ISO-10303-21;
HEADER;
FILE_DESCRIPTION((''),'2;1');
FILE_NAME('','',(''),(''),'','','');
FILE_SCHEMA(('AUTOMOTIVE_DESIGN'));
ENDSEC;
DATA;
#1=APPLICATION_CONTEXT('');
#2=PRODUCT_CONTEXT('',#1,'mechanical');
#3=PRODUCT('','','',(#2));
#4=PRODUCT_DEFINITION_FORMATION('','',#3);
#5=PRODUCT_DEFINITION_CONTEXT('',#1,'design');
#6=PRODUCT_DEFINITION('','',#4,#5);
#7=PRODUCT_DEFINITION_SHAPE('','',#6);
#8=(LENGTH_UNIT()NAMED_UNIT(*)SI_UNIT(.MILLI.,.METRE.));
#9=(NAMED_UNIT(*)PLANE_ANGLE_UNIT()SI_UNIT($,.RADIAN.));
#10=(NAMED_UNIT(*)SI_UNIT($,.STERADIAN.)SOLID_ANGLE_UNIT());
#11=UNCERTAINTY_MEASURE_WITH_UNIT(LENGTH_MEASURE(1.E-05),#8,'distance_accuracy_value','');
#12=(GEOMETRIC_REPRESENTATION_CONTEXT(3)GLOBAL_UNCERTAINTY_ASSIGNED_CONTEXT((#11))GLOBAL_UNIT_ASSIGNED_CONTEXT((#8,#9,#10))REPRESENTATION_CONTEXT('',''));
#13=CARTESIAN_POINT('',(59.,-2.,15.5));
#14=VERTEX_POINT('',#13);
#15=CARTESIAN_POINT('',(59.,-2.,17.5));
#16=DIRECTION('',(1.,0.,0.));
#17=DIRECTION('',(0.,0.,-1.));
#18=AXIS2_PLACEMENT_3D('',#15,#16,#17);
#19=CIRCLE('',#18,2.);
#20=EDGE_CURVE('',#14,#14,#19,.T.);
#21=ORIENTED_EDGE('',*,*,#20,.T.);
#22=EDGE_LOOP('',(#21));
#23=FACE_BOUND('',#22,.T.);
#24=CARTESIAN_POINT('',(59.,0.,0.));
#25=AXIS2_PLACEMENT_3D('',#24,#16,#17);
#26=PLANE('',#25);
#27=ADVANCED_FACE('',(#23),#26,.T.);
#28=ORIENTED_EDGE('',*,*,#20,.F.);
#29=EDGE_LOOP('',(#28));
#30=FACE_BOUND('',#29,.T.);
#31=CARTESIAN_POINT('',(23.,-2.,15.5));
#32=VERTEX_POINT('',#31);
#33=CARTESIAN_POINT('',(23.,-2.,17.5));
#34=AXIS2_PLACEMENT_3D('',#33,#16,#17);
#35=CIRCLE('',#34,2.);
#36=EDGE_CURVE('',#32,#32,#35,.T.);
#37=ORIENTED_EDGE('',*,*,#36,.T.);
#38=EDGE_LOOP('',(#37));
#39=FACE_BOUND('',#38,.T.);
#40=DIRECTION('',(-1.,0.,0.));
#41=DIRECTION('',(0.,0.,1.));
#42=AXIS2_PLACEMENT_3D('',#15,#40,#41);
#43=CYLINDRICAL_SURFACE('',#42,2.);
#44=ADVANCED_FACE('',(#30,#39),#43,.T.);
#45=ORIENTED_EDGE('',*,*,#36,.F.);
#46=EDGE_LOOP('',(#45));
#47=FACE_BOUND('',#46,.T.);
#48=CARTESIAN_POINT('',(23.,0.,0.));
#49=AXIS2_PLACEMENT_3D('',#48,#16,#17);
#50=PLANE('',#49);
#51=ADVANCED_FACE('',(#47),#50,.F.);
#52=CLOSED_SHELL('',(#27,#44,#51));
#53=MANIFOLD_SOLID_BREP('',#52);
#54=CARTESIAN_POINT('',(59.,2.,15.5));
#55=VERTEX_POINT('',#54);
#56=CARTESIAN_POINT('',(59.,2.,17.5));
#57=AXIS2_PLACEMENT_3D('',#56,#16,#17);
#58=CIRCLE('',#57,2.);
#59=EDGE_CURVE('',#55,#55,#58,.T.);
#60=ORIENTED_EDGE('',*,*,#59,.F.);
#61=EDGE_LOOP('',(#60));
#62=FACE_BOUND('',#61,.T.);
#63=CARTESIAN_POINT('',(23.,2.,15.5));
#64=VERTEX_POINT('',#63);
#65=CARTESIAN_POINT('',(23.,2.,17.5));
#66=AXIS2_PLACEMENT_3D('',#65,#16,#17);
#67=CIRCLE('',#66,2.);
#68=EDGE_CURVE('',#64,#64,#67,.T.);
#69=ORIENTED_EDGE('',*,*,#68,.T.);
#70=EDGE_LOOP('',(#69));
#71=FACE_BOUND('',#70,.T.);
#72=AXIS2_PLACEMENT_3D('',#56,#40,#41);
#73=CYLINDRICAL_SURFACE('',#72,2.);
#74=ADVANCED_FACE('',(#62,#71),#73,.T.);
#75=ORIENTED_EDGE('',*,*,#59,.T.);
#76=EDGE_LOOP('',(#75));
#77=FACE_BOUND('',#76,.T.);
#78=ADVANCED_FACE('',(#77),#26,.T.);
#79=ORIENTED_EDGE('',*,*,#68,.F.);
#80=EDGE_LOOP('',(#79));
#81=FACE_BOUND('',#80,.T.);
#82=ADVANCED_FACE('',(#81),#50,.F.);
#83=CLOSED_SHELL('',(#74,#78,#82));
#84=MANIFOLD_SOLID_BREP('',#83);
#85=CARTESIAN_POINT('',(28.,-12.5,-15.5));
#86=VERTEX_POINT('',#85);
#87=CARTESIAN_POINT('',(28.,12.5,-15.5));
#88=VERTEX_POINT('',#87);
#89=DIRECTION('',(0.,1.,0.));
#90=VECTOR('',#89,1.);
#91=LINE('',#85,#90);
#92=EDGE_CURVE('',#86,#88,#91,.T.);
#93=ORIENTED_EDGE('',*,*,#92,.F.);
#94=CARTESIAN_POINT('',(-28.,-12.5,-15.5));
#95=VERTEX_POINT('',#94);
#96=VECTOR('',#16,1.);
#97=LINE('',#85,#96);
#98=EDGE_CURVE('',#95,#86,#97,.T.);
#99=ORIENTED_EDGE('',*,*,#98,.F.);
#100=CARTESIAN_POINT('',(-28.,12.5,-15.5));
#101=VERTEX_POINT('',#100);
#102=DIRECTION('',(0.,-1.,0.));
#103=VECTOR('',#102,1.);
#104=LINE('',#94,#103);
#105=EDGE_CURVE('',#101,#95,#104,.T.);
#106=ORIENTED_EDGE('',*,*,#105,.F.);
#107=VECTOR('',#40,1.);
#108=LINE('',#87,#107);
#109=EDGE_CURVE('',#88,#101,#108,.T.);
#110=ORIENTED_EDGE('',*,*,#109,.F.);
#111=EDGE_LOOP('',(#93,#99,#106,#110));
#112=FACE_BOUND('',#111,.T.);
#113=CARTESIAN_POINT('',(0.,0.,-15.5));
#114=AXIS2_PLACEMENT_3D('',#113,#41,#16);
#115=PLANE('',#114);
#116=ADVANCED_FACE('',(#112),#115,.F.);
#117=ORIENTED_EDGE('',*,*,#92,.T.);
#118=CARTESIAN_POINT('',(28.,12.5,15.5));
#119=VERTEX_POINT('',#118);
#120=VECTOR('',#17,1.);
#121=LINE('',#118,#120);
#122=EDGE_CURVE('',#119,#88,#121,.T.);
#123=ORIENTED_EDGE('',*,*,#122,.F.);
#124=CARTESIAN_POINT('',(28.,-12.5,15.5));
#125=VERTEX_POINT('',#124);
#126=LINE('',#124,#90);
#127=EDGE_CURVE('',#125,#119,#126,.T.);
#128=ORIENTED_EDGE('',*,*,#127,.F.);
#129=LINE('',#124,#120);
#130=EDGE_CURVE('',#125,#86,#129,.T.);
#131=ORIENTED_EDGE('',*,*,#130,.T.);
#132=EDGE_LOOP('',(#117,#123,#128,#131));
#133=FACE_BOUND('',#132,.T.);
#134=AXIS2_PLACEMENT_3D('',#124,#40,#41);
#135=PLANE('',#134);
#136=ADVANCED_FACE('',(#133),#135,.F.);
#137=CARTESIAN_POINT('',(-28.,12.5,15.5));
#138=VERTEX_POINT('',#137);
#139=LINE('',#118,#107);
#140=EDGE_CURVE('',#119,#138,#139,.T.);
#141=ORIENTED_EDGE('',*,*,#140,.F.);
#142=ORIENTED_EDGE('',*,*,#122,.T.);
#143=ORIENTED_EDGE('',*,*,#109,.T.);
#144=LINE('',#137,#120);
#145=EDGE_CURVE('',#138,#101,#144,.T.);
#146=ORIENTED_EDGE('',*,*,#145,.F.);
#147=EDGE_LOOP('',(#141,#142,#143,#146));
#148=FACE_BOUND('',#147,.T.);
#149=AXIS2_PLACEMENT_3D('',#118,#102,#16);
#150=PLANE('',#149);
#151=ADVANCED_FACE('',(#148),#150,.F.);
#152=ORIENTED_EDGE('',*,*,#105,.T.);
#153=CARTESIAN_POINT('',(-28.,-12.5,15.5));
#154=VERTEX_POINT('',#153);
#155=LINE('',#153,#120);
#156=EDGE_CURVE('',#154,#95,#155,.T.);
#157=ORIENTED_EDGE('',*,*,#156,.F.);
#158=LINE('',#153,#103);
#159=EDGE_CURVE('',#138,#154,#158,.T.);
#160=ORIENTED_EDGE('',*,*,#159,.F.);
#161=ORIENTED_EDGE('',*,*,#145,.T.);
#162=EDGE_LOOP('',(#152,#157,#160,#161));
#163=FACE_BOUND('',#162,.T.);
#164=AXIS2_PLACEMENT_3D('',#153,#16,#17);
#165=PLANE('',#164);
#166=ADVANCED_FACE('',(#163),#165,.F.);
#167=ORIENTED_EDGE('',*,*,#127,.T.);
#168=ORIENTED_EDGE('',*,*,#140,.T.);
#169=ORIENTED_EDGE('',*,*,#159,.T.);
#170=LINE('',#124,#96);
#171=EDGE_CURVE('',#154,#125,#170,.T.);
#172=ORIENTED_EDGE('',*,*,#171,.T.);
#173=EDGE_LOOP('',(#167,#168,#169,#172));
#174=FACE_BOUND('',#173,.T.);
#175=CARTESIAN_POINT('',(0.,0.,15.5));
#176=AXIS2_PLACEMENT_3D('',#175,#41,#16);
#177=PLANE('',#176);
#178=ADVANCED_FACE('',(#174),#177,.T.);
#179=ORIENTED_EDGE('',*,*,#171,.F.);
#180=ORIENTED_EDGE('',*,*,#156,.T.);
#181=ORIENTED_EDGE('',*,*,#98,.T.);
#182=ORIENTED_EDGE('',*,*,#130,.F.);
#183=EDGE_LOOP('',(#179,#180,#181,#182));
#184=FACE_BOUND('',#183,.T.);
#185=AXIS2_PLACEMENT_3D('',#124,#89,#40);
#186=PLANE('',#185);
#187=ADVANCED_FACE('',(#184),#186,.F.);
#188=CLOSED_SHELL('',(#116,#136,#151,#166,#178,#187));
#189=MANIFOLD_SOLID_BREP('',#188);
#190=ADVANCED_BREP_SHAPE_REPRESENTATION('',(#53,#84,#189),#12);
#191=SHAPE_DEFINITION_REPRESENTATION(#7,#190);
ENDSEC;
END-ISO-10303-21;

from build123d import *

# Parameters (mm, degrees)
SKETCH1_W                  = 56
SKETCH1_H                  = 25
BOSS_EXTRUDE1_DEPTH        = 15.5
BOSS_EXTRUDE2_DEPTH        = 31
BOSS_EXTRUDE2_DEPTH_BACK   = 5
SKETCH2_R                  = 2
BOSS_EXTRUDE2_2_DEPTH      = 31
BOSS_EXTRUDE2_2_DEPTH_BACK = 5


with BuildPart() as part:
    # Sketch1 → Boss-Extrude1 (new, symmetric)
    with BuildSketch(Plane.XY):
        Rectangle(SKETCH1_W, SKETCH1_H)
    extrude(amount=BOSS_EXTRUDE1_DEPTH, both=True)


with BuildPart() as body_2:
    # Sketch2 → Boss-Extrude2 (new, two sides: drawn at the far end of the back side and taken through both)
    with BuildSketch(Plane(origin=(28, 0, 0), x_dir=(0, 0, -1), z_dir=(1, 0, 0)).offset(-BOSS_EXTRUDE2_DEPTH_BACK)):
        with Locations((-17.5, 2)):
            Circle(SKETCH2_R)
    extrude(amount=BOSS_EXTRUDE2_DEPTH + BOSS_EXTRUDE2_DEPTH_BACK)


with BuildPart() as body_3:
    # Sketch2 → Boss-Extrude2 2 (new, two sides: drawn at the far end of the back side and taken through both)
    with BuildSketch(Plane(origin=(28, 0, 0), x_dir=(0, 0, -1), z_dir=(1, 0, 0)).offset(-BOSS_EXTRUDE2_2_DEPTH_BACK)):
        with Locations((-17.5, -2)):
            Circle(SKETCH2_R)
    extrude(amount=BOSS_EXTRUDE2_2_DEPTH + BOSS_EXTRUDE2_2_DEPTH_BACK)


solid = Compound([part.part, body_2.part, body_3.part])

==========

WHAT IS NEEDED
Above are the records. Print exactly, and only, the lines from the line with "#62=FACE_BOUND('',#61,.T.);" to the line with "#103=VECTOR('',#102,1.);", both inclusive.

RESPONSE BOX
#62=FACE_BOUND('',#61,.T.);
#63=CARTESIAN_POINT('',(23.,2.,15.5));
#64=VERTEX_POINT('',#63);
#65=CARTESIAN_POINT('',(23.,2.,17.5));
#66=AXIS2_PLACEMENT_3D('',#65,#16,#17);
#67=CIRCLE('',#66,2.);
#68=EDGE_CURVE('',#64,#64,#67,.T.);
#69=ORIENTED_EDGE('',*,*,#68,.T.);
#70=EDGE_LOOP('',(#69));
#71=FACE_BOUND('',#70,.T.);
#72=AXIS2_PLACEMENT_3D('',#56,#40,#41);
#73=CYLINDRICAL_SURFACE('',#72,2.);
#74=ADVANCED_FACE('',(#62,#71),#73,.T.);
#75=ORIENTED_EDGE('',*,*,#59,.T.);
#76=EDGE_LOOP('',(#75));
#77=FACE_BOUND('',#76,.T.);
#78=ADVANCED_FACE('',(#77),#26,.T.);
#79=ORIENTED_EDGE('',*,*,#68,.F.);
#80=EDGE_LOOP('',(#79));
#81=FACE_BOUND('',#80,.T.);
#82=ADVANCED_FACE('',(#81),#50,.F.);
#83=CLOSED_SHELL('',(#74,#78,#82));
#84=MANIFOLD_SOLID_BREP('',#83);
#85=CARTESIAN_POINT('',(28.,-12.5,-15.5));
#86=VERTEX_POINT('',#85);
#87=CARTESIAN_POINT('',(28.,12.5,-15.5));
#88=VERTEX_POINT('',#87);
#89=DIRECTION('',(0.,1.,0.));
#90=VECTOR('',#89,1.);
#91=LINE('',#85,#90);
#92=EDGE_CURVE('',#86,#88,#91,.T.);
#93=ORIENTED_EDGE('',*,*,#92,.F.);
#94=CARTESIAN_POINT('',(-28.,-12.5,-15.5));
#95=VERTEX_POINT('',#94);
#96=VECTOR('',#16,1.);
#97=LINE('',#85,#96);
#98=EDGE_CURVE('',#95,#86,#97,.T.);
#99=ORIENTED_EDGE('',*,*,#98,.F.);
#100=CARTESIAN_POINT('',(-28.,12.5,-15.5));
#101=VERTEX_POINT('',#100);
#102=DIRECTION('',(0.,-1.,0.));
#103=VECTOR('',#102,1.);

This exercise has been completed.